Jo may not be aware of (or responsible for) the outsized effect she has on Lizzy’s sense of self, just as Lizzy — the self-appointed glue of her family, despite always being stuck to herself — may not pick up on how she pushes her relatives apart through her efforts to hold them together. And yet, for better or worse, the mutual influence these people have on each other is as real as a thumbprint in raw clay, and as inextricable from who they are on their own as art is from life or life from art.

It’s a phenomenon that “Showing Up” alchemizes into low-key resentments and unfussy encounters, some more entertaining than others. On the one hand, Chau’s prickliness helps enliven a movie that often seems on the verge of losing interest in itself or growing too heavy for its “nothing to see here” tone.

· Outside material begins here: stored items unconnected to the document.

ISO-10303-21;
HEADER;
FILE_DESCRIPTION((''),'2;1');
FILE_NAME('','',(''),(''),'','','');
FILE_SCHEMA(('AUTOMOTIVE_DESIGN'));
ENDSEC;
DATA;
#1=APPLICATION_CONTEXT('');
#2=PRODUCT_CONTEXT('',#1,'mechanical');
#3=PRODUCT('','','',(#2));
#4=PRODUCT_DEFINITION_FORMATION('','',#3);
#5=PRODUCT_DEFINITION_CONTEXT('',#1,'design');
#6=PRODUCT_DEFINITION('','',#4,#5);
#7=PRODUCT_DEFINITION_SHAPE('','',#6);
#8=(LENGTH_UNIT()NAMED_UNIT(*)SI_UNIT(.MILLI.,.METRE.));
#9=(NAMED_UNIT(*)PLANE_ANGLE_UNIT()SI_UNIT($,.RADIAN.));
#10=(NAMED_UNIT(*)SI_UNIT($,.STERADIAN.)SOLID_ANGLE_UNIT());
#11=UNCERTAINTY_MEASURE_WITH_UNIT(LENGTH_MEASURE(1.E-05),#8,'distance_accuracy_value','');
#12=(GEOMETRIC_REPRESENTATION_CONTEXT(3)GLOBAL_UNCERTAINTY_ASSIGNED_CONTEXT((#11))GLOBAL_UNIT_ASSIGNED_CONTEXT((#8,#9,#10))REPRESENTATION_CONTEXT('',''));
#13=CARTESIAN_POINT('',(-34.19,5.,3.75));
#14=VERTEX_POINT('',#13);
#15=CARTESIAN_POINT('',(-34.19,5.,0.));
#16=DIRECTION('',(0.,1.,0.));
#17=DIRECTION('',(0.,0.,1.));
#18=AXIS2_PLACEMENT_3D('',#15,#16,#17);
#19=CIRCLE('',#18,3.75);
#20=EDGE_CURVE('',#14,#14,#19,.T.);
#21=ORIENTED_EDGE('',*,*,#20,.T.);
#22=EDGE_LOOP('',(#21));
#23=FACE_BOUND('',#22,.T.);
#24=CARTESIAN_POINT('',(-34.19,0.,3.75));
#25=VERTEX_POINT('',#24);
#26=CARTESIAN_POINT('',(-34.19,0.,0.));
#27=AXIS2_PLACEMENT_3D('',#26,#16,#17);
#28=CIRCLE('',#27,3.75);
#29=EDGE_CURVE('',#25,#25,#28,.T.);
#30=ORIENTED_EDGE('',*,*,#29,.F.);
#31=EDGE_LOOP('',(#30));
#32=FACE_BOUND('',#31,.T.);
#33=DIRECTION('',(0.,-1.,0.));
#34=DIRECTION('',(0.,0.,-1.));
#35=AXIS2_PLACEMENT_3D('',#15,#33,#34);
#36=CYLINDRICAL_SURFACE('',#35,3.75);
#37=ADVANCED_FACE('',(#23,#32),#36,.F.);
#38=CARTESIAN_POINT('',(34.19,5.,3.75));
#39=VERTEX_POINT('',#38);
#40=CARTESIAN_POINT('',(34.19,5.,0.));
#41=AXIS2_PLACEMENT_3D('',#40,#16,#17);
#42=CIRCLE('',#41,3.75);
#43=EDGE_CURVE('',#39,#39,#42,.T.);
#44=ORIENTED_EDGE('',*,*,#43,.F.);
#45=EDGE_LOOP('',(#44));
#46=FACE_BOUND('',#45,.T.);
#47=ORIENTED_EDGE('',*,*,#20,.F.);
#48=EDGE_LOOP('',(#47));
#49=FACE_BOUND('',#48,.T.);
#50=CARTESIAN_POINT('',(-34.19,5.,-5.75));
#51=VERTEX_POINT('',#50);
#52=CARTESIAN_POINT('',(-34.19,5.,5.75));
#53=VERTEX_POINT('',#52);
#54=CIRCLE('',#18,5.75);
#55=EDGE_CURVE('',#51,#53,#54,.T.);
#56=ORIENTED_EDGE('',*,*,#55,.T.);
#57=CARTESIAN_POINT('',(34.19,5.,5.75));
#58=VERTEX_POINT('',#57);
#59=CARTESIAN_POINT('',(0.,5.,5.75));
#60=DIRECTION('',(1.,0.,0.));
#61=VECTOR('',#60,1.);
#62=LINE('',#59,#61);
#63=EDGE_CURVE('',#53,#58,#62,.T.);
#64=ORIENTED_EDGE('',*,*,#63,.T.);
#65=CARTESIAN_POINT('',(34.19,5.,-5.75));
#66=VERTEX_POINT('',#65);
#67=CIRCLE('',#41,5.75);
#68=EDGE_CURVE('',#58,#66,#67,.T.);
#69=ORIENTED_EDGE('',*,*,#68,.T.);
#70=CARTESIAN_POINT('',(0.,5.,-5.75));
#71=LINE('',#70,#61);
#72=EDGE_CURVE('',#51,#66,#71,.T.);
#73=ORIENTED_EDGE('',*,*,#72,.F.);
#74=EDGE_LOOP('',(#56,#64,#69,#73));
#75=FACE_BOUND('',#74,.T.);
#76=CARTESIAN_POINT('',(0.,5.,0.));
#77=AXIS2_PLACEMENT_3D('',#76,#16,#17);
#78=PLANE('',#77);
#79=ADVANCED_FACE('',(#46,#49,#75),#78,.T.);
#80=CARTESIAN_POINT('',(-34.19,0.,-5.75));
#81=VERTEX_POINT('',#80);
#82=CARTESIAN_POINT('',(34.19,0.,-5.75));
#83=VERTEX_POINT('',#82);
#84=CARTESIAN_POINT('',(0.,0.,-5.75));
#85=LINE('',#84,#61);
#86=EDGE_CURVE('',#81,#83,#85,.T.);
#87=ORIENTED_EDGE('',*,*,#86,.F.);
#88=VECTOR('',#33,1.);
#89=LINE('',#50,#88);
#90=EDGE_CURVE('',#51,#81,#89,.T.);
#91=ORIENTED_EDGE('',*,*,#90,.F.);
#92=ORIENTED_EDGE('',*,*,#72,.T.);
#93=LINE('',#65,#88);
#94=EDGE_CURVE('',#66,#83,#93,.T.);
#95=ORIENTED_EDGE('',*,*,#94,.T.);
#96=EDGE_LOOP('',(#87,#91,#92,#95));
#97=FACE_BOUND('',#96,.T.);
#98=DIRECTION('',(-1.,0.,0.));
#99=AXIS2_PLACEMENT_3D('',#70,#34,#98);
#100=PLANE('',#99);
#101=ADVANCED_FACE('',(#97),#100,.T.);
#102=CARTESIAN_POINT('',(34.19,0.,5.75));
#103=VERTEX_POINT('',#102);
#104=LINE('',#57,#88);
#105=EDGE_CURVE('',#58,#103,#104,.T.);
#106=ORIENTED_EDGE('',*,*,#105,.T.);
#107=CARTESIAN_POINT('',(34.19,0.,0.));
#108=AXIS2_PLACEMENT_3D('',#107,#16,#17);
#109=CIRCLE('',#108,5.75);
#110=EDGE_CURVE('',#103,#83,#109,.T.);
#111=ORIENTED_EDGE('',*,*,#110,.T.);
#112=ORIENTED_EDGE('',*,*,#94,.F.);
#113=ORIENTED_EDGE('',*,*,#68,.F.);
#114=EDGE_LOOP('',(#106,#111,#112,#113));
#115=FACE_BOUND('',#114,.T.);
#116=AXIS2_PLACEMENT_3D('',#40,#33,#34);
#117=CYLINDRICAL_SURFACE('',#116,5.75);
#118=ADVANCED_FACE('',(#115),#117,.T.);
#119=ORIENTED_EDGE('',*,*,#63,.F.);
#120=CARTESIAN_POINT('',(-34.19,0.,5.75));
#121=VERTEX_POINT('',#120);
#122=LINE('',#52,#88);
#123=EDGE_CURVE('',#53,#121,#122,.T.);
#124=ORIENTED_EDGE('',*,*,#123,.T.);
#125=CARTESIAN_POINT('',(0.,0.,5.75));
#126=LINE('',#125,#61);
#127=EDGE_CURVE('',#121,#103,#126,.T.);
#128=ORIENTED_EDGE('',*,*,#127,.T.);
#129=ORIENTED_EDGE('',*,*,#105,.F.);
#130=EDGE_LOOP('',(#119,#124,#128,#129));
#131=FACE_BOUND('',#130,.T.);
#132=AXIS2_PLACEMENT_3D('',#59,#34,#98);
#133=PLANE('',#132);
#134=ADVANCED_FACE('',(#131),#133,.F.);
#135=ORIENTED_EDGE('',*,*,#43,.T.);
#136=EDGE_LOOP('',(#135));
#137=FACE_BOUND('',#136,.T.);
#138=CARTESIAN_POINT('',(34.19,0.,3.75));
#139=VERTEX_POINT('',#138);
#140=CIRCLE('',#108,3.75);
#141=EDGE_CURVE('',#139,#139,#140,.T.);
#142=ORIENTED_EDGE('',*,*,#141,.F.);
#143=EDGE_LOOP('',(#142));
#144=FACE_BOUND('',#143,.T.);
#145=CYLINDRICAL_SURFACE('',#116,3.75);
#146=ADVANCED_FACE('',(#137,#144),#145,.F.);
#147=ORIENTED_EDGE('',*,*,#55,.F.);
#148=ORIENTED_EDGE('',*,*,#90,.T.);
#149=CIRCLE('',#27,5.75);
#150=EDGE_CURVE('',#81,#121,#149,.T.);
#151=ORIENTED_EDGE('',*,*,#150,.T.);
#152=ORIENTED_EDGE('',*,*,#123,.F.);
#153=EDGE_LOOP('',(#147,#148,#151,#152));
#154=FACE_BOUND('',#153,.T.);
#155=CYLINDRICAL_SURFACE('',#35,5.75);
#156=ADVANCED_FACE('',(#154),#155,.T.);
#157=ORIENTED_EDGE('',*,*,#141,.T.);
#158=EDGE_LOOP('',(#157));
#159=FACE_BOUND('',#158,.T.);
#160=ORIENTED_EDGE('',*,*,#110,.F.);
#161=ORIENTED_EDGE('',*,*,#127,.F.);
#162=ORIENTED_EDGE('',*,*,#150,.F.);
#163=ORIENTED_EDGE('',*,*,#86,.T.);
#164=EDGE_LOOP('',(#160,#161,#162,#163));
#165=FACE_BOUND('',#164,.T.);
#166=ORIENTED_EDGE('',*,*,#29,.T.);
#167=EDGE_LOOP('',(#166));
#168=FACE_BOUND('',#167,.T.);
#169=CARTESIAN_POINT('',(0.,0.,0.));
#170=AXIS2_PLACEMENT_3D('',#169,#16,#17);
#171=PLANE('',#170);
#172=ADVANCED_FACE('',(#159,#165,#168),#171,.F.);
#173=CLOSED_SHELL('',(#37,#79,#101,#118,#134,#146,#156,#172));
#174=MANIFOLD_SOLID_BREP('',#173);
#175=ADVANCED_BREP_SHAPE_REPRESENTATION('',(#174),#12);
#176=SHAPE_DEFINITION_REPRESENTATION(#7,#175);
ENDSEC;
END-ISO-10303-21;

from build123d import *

# Parameters (mm, degrees)
SKETCH1_R           = 3.75
BOSS_EXTRUDE1_DEPTH = 5


with BuildPart() as part:
    # Sketch1 → Boss-Extrude1 (new body)
    with BuildSketch(Plane(origin=(0, 0, 0), x_dir=(1, 0, 0), z_dir=(0, 1, 0))):
        with BuildLine():
            Line((-34.19, -5.75), (34.19, -5.75))
            ThreePointArc((34.19, -5.75), (39.94, 0), (34.19, 5.75))
            Line((34.19, 5.75), (-34.19, 5.75))
            ThreePointArc((-34.19, 5.75), (-39.94, 0), (-34.19, -5.75))
        make_face()
        with Locations(Location((34.19, 0, 0), (0, 0, 270))):
            Circle(SKETCH1_R, mode=Mode.SUBTRACT)
        with Locations(Location((-34.19, 0, 0), (0, 0, 270))):
            Circle(SKETCH1_R, mode=Mode.SUBTRACT)
    extrude(amount=BOSS_EXTRUDE1_DEPTH)


solid = part.part
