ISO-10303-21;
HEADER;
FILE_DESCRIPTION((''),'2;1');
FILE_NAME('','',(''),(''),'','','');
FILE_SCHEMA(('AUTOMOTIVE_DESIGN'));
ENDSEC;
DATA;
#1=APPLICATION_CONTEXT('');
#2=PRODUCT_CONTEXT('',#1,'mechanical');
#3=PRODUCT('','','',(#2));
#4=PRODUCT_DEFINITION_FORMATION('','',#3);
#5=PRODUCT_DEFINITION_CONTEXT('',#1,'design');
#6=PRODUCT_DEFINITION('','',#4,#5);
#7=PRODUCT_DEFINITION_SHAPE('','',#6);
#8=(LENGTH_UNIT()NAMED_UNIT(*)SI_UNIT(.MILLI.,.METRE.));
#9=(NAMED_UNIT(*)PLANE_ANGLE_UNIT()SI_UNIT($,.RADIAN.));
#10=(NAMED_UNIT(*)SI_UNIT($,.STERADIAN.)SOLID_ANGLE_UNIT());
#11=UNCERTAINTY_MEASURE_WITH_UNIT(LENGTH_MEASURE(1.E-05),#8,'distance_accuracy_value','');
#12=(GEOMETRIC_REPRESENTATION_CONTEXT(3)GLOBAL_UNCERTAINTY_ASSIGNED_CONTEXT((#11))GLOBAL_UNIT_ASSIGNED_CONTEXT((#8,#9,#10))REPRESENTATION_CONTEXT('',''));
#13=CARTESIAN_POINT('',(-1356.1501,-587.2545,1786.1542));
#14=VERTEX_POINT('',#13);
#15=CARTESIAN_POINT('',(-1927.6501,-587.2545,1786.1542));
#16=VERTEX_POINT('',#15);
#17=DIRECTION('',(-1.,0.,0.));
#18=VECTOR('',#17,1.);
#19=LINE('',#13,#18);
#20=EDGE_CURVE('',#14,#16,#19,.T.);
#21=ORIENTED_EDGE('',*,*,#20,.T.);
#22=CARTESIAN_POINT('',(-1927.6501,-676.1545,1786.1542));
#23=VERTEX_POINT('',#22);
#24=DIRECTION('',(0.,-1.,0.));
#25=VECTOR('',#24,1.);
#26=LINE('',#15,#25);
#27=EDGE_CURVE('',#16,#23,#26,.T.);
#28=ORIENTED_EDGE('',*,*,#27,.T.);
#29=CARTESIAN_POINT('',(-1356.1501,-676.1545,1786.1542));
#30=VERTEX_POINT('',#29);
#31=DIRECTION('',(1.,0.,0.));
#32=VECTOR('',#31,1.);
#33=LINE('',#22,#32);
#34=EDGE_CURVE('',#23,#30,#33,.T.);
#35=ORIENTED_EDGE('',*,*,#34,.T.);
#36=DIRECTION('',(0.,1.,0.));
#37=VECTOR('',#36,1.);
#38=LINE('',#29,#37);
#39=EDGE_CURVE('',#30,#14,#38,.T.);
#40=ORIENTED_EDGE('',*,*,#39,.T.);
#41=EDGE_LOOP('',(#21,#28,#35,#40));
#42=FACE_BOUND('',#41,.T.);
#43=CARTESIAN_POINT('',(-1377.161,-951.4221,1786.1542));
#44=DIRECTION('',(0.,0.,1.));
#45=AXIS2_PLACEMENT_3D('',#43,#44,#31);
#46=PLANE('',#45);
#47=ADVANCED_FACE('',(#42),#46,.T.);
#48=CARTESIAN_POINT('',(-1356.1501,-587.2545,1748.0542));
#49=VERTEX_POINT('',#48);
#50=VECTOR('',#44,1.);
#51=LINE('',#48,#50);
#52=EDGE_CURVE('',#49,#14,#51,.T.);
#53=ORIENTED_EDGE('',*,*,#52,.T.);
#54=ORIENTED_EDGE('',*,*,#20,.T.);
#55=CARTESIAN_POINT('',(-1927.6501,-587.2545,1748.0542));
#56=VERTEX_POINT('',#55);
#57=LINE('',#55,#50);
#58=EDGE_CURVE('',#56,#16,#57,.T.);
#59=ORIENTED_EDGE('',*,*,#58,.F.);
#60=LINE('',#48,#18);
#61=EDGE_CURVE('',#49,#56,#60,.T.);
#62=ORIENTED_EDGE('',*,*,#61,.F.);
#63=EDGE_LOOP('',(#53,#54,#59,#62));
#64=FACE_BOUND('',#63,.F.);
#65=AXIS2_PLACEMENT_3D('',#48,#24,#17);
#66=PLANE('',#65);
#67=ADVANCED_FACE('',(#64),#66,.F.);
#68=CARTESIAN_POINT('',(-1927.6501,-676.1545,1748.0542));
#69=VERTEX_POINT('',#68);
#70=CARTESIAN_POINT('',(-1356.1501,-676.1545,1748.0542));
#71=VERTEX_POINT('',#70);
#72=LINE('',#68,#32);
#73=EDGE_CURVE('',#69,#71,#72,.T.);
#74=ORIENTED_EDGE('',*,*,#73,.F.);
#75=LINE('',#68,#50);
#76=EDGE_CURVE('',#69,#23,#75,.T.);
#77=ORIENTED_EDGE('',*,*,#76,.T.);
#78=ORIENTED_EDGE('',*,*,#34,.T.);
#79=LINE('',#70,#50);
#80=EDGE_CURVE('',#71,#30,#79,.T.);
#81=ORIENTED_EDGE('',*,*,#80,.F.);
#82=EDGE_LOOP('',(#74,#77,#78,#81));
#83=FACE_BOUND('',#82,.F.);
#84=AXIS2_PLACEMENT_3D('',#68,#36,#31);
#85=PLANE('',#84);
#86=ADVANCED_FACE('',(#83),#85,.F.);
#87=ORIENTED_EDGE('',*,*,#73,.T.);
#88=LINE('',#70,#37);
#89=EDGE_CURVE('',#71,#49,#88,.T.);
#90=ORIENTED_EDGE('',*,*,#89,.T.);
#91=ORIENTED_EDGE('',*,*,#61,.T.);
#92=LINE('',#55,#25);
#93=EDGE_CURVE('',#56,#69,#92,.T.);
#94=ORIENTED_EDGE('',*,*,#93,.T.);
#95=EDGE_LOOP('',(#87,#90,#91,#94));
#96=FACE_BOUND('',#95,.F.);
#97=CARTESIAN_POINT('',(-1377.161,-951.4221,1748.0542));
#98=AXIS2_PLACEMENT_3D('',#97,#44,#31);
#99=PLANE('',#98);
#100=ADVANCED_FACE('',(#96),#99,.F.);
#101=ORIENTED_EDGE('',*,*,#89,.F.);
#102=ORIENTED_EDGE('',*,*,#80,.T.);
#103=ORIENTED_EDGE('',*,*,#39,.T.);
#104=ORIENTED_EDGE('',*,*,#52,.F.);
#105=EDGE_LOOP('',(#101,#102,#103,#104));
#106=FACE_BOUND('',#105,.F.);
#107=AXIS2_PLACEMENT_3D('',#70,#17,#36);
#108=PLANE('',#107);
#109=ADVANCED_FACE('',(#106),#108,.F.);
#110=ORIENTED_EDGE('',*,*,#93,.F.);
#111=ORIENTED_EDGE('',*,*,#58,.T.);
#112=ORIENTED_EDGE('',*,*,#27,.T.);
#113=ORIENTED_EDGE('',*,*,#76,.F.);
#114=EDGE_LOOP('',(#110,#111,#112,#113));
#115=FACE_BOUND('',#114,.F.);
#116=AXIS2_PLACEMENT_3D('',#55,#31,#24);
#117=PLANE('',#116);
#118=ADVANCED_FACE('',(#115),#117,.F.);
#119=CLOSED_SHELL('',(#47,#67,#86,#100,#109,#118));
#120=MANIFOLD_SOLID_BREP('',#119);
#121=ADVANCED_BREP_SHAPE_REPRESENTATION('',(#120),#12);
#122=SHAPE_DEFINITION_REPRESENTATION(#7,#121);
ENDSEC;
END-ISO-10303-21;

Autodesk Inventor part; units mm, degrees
ref_plane "YZ Plane" through (0, 0, 0) normal (1, 0, 0) x (0, 1, 0)
ref_plane "XZ Plane" through (0, 0, 0) normal (0, 1, 0) x (-1, 0, 0)
ref_plane "XY Plane" through (0, 0, 0) normal (0, 0, 1) x (1, 0, 0)
ref_plane "Work Plane1" through (-1377.161, -951.4221, 1748.0542) normal (0, 0, 1) x (1, 0, 0)
sketch "Sketch1" plane through (-1377.161, -951.4221, 1748.0542) normal (0, 0, 1) x (1, 0, 0)
  line L0 (21.0109, 364.1676) -> (-550.4891, 364.1676)
  line L1 (-550.4891, 364.1676) -> (-550.4891, 275.2676)
  line L2 (-550.4891, 275.2676) -> (21.0109, 275.2676)
  line L3 (21.0109, 275.2676) -> (21.0109, 364.1676)
  point P0 (1377.161, 951.4221)
  dimension "d0" = 571.5
  dimension "d1" = 88.9
extrude "Extrusion1" add sketch "Sketch1" along normal blind 38.1
properties part number "LSideBar" material "Wood"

On the other, Magaro’s pitiable character adds sudden weight to a film that isn’t always ready to carry it, even though his purpose eventually reveals itself with such novelistic panache in the climactic scene that I wanted to find Reichardt after the credits rolled and apologize for doubting her vision.

As with Lizzy’s sculptures, which go into the kiln all mottled and damp but come out glistening with new layers of color, “Showing Up” is transformed by its finishing touches. The pieces that emerge are warm and alive and bring people together to appreciate them while eating small plates of cheese; they serve their purpose, whatever their questionable impact on Lizzy’s career. I’m reminded of the scene in which Lizzy brings the pigeon to a vet, who re-tapes the bird’s wing and gives it right back to the artist. “That’s all?” Lizzy asks. The vet shrugs, as if unsure what else they were supposed to do. “Yeah. It’s a pigeon.”

Grade: B

“Showing Up” premiered in Competition at the 2022 Cannes Film Festival. A24 will release it in the United States.